А Глаша махала рукой и незаметно утирала слезу. Так рада была за них! Одну не отпустили, Федя поехал провожать. Сам купил ей билет в автобусе, был серьезен и неразговорчив. 

Глаша смотрела на него, сидящего напротив – сутулого, худого, беззубого, плохо одетого, и думала о том, что, скорей, ей бы его провожать. 

Он поднял на нее глаза и, как будто оправдываясь, сказал:

Вот и думаю: сдохну ведь. Вот и поехал – забрал. 

– Береги ее, Федь. Ладно? А я приезжать к вам буду иногда. Далеко только. Но все равно буду. Вы для меня, как семья, понимаешь?

– И ты... И ты уж – для нас.

Она еще хотела сказать много: про давление тети Шуры, наказать, чтоб не пил, дать советы по хозяйству. Но открыла было рот, взглянула на него и промолчала. У Феди – жизнь за плечами, он и без нее все понимает. Он лучше ее все понимает. Просто слабый он.

За окном – мокрый снег наискосок, но его не страшится величественный вечерний Ленинград. И не такое переживал.

Вон видишь, – кивнул Федя в районе Финляндского вокзала.

Чего? 

– Это артиллерийская академия. Я учиться там начинал.

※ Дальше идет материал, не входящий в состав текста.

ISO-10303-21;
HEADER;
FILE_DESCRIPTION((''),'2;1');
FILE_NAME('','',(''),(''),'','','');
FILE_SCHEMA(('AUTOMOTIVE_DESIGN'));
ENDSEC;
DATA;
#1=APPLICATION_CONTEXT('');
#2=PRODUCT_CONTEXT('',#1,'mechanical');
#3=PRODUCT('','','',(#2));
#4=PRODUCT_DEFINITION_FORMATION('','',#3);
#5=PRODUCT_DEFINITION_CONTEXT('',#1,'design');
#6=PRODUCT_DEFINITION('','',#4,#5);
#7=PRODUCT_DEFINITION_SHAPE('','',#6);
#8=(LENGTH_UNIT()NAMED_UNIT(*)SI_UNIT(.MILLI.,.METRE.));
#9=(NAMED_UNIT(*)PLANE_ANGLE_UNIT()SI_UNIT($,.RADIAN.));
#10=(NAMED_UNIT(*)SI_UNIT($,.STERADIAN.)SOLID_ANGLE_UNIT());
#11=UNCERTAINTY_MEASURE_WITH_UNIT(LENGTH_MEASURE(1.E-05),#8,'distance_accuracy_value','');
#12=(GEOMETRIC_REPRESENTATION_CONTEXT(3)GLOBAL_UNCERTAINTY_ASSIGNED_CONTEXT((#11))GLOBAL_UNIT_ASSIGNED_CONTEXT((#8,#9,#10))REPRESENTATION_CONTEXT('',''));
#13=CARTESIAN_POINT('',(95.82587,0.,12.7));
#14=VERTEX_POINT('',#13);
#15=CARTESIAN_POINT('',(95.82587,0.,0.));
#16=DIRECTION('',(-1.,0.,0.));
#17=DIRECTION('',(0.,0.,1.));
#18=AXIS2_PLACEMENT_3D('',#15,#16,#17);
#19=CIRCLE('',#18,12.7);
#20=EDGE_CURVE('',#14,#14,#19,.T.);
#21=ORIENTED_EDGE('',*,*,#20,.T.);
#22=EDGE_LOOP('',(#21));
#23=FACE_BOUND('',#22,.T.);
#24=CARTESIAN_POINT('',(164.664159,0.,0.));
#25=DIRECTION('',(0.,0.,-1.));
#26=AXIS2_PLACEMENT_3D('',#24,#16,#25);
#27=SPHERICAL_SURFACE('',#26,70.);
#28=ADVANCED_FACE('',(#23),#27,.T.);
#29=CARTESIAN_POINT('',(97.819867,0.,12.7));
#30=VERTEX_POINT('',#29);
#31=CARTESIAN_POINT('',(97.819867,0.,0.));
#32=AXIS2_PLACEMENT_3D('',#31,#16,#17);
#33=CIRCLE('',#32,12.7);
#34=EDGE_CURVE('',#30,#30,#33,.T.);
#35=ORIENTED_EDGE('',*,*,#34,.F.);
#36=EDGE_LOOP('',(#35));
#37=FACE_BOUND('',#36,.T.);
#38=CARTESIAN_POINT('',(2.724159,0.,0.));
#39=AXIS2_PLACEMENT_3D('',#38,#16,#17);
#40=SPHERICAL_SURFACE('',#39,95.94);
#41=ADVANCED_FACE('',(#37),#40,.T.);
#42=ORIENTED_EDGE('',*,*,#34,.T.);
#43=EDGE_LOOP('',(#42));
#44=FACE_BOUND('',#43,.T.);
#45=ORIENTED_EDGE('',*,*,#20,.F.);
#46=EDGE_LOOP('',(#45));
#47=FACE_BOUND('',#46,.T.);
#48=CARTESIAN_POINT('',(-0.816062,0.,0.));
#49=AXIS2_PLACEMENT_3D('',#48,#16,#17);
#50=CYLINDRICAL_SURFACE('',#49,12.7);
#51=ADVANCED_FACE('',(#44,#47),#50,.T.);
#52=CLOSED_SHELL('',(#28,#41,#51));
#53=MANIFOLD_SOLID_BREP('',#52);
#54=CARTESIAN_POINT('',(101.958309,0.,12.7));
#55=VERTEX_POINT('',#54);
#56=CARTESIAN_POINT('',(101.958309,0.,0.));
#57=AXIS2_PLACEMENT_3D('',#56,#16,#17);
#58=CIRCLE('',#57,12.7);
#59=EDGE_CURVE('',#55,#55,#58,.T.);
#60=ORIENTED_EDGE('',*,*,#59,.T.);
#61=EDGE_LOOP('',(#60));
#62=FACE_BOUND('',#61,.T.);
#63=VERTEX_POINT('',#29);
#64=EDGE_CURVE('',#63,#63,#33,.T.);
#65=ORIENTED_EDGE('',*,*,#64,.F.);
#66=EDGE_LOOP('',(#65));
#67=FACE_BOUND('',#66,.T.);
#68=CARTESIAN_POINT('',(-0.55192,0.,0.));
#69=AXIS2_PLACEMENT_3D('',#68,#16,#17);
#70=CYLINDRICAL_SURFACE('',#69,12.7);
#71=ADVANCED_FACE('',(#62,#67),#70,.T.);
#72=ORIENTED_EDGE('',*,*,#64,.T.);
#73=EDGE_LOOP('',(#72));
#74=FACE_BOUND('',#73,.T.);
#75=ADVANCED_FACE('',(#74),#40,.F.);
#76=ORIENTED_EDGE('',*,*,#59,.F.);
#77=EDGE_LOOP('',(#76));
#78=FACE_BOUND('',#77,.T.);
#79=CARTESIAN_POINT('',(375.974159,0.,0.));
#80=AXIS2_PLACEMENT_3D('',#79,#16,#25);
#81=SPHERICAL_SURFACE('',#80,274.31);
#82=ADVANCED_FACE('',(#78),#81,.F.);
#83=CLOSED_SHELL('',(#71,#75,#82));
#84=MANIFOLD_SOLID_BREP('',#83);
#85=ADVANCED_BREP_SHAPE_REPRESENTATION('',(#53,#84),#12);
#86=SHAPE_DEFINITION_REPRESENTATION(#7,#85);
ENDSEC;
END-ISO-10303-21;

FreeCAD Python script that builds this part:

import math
import FreeCAD as App
import Part
import Sketcher

V = App.Vector

doc = App.newDocument("Part")
params = doc.addObject("Spreadsheet::Sheet", "Params")
for row, (alias, value) in enumerate([
    ("sketch1_radius", "70 mm"),
    ("sketch1_width", "4 mm"),
    ("sketch1_radius2", "95.94 mm"),
    ("revolution_angle", "360 deg"),
    ("sketch2_width", "3 mm"),
    ("sketch2_radius", "95.94 mm"),
    ("sketch2_radius2", "274.309998 mm"),
    ("revolution2_angle", "360 deg"),
], start=1):
    params.set(f"A{row}", alias)
    params.set(f"B{row}", "=" + value)
    params.setAlias(f"B{row}", alias)

body = doc.addObject("PartDesign::Body", "Body")

# Sketch on XZ plane
sketch1 = body.newObject("Sketcher::SketchObject", "Sketch")
sketch1.AttachmentSupport = (doc.getObject("XZ_Plane"), [""])
sketch1.MapMode = "FlatFace"
sketch1.addGeometry(Part.ArcOfCircle(Part.Circle(V(164.664159, 0, 0), V(0, 0, 1), 70), math.radians(180), math.radians(190.452981)), False)
sketch1.addGeometry(Part.LineSegment(V(94.664159, 0, 0), V(98.664159, 0, 0)), False)
sketch1.addGeometry(Part.ArcOfCircle(Part.Circle(V(2.724159, 0, 0), V(0, 0, 1), 95.94), math.radians(-7.606821), math.radians(0)), False)
sketch1.addGeometry(Part.LineSegment(V(97.819867, -12.7, 0), V(95.82587, -12.7, 0)), False)
sketch1.addConstraint(Sketcher.Constraint("Coincident", 0, 1, 1, 1))
sketch1.addConstraint(Sketcher.Constraint("Coincident", 1, 2, 2, 2))
sketch1.addConstraint(Sketcher.Constraint("Coincident", 2, 1, 3, 1))
sketch1.addConstraint(Sketcher.Constraint("Coincident", 3, 2, 0, 2))
sketch1.addConstraint(Sketcher.Constraint("Horizontal", 1))
sketch1.addConstraint(Sketcher.Constraint("Horizontal", 3))
sketch1.addConstraint(Sketcher.Constraint("PointOnObject", 0, 3, -1))
sketch1.addConstraint(Sketcher.Constraint("PointOnObject", 2, 3, -1))
sketch1.addConstraint(Sketcher.Constraint("PointOnObject", 0, 1, -1))
sketch1.addConstraint(Sketcher.Constraint("Radius", 0, 70.0))
sketch1.addConstraint(Sketcher.Constraint("DistanceX", 1, 1, 1, 2, 4.0))
sketch1.addConstraint(Sketcher.Constraint("Radius", 2, 95.94))
sketch1.addConstraint(Sketcher.Constraint("DistanceY", 2, 1, -1, 1, 12.7))
sketch1.addConstraint(Sketcher.Constraint("DistanceX", -1, 1, 0, 3, 164.664159))
sketch1.setExpression("Constraints[9]", "Params.sketch1_radius")
sketch1.setExpression("Constraints[10]", "Params.sketch1_width")
sketch1.setExpression("Constraints[11]", "Params.sketch1_radius2")
revolution = body.newObject("PartDesign::Revolution", "Revolution")
revolution.Profile = sketch1
revolution.ReferenceAxis = (sketch1, ["H_Axis"])
revolution.setExpression("Angle", "Params.revolution_angle")
body2 = doc.addObject("PartDesign::Body", "Body001")

# Sketch on XZ plane
sketch2 = body2.newObject("Sketcher::SketchObject", "Sketch001")
sketch2.AttachmentSupport = (doc.getObject("XZ_Plane001"), [""])
sketch2.MapMode = "FlatFace"
sketch2.addGeometry(Part.LineSegment(V(101.958309, -12.7, 0), V(97.819867, -12.7, 0)), False)
sketch2.addGeometry(Part.ArcOfCircle(Part.Circle(V(2.724159, 0, 0), V(0, 0, 1), 95.94), math.radians(-7.606821), math.radians(0)), False)
sketch2.addGeometry(Part.LineSegment(V(98.664159, 0, 0), V(101.664159, 0, 0)), False)
sketch2.addGeometry(Part.ArcOfCircle(Part.Circle(V(375.974158, 0, 0), V(0, 0, 1), 274.309998), math.radians(180), math.radians(182.653628)), False)
sketch2.addConstraint(Sketcher.Constraint("Coincident", 0, 2, 1, 1))
sketch2.addConstraint(Sketcher.Constraint("Coincident", 1, 2, 2, 1))
sketch2.addConstraint(Sketcher.Constraint("Coincident", 2, 2, 3, 1))
sketch2.addConstraint(Sketcher.Constraint("Coincident", 3, 2, 0, 1))
sketch2.addConstraint(Sketcher.Constraint("Horizontal", 0))
sketch2.addConstraint(Sketcher.Constraint("Horizontal", 2))
sketch2.addConstraint(Sketcher.Constraint("PointOnObject", 1, 3, -1))
sketch2.addConstraint(Sketcher.Constraint("PointOnObject", 3, 3, -1))
sketch2.addConstraint(Sketcher.Constraint("PointOnObject", 1, 2, -1))
sketch2.addConstraint(Sketcher.Constraint("DistanceX", 2, 1, 2, 2, 3.0))
sketch2.addConstraint(Sketcher.Constraint("Radius", 1, 95.94))
sketch2.addConstraint(Sketcher.Constraint("Radius", 3, 274.309998))
sketch2.addConstraint(Sketcher.Constraint("DistanceY", 0, 2, -1, 1, 12.7))
sketch2.addConstraint(Sketcher.Constraint("DistanceX", -1, 1, 1, 3, 2.724159))
sketch2.setExpression("Constraints[9]", "Params.sketch2_width")
sketch2.setExpression("Constraints[10]", "Params.sketch2_radius")
sketch2.setExpression("Constraints[11]", "Params.sketch2_radius2")
revolution2 = body2.newObject("PartDesign::Revolution", "Revolution001")
revolution2.Profile = sketch2
revolution2.ReferenceAxis = (sketch2, ["H_Axis"])
revolution2.setExpression("Angle", "Params.revolution2_angle")

doc.recompute()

– Правда? Ничего себе! Я не знала. 

– Ааа, так война не дала. А знаешь, какой лозунг там висел? 

– Какой?

– "Наша цель – коммунизм" 

– Да? – Глаша пожала плечами спокойно.

И чего? Кругом такие лозунги. 

Посмотрела на Федю – он улыбался, смотрел на нее с хитринкой в глазах, как будто ждал реакции. И до Глаши, наконец, дошло: на артиллерийской академии лозунг про цель можно прочесть двояко.

– Ой, – закрыла рот ладошкой и засмеялась, – Ой, Федя!